BRINDISI – Una giornata dedicata ai valori della democrazia, della libertà e dell'unità nazionale. Anche Brindisi ha celebrato oggi la Festa della Repubblica, ricorrenza che quest'anno assume un significato ancora più profondo perché coincide con l'ottantesimo anniversario del referendum del 2 giugno 1946, quando gli italiani scelsero la Repubblica come forma di Stato.
Un appuntamento che richiama una delle pagine più importanti della storia del Paese e che ricorda anche il primo voto delle donne, chiamate per la prima volta a esprimersi in una consultazione nazionale, contribuendo in maniera decisiva all'esito del referendum.
In occasione della ricorrenza, il sindaco di Brindisi, Giuseppe Marchionna, ha rivolto un messaggio alla cittadinanza, soffermandosi sul valore della Repubblica, della Costituzione e sul significato dell'Articolo 11, che sancisce il ripudio della guerra.
"La nostra Repubblica è molto amata dai cittadini italiani e questa è una cosa che mi riempie il cuore di orgoglio. L'ottantesimo di oggi è anche l'anniversario del primo voto alle donne, che furono decisive per le sorti di quel referendum determinando la vittoria della Repubblica. Oggi è anche la festa della nostra Costituzione nella quale l'Articolo 11 dichiara il ripudio di tutte le guerre: questo è il messaggio più potente che l'Italia può mandare al mondo intero."

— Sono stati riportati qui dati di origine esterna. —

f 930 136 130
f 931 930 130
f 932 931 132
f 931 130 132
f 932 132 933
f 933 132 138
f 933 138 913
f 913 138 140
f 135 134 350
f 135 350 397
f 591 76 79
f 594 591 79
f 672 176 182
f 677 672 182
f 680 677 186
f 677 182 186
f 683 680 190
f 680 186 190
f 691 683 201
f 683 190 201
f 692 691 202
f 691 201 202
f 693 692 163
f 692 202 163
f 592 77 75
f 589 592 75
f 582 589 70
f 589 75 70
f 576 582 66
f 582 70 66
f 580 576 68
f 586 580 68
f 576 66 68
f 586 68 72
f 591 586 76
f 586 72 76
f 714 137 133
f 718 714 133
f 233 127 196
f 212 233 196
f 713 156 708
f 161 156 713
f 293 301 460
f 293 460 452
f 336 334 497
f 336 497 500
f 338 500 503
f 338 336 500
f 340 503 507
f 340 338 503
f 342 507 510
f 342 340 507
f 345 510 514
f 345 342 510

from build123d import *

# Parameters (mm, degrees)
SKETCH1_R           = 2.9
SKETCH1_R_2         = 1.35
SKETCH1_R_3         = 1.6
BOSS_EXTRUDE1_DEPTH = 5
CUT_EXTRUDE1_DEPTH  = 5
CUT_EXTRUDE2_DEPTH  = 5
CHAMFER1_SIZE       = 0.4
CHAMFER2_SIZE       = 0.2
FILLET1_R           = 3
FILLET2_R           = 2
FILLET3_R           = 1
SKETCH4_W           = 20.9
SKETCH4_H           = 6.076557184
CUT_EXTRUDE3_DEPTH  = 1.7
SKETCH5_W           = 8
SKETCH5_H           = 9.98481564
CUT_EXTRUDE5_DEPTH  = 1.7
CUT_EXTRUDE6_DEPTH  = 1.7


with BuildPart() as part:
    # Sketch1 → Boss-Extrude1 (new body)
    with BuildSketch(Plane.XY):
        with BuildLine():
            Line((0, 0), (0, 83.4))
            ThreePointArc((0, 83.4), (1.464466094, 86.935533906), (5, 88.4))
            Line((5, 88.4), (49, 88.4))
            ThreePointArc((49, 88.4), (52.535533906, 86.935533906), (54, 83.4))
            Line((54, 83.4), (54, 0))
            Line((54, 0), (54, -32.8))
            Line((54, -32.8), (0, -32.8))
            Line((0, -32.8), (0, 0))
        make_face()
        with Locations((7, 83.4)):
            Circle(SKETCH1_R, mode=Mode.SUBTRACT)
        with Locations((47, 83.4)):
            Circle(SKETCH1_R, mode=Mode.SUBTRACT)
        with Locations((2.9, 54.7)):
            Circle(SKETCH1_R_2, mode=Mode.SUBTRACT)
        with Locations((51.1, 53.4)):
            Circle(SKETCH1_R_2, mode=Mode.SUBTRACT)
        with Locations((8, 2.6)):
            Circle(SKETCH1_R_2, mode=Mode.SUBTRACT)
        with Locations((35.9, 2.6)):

Parole che richiamano i principi fondanti della Repubblica e della Carta costituzionale, in una fase storica segnata da tensioni e conflitti internazionali. Un invito a custodire e valorizzare il patrimonio di diritti, libertà e partecipazione democratica conquistato ottant'anni fa.
Le celebrazioni del 2 Giugno rappresentano ogni anno un momento di riflessione collettiva sulla storia nazionale e sul percorso che ha portato l'Italia a diventare una Repubblica democratica, fondata sui valori della pace, della solidarietà e della convivenza civile.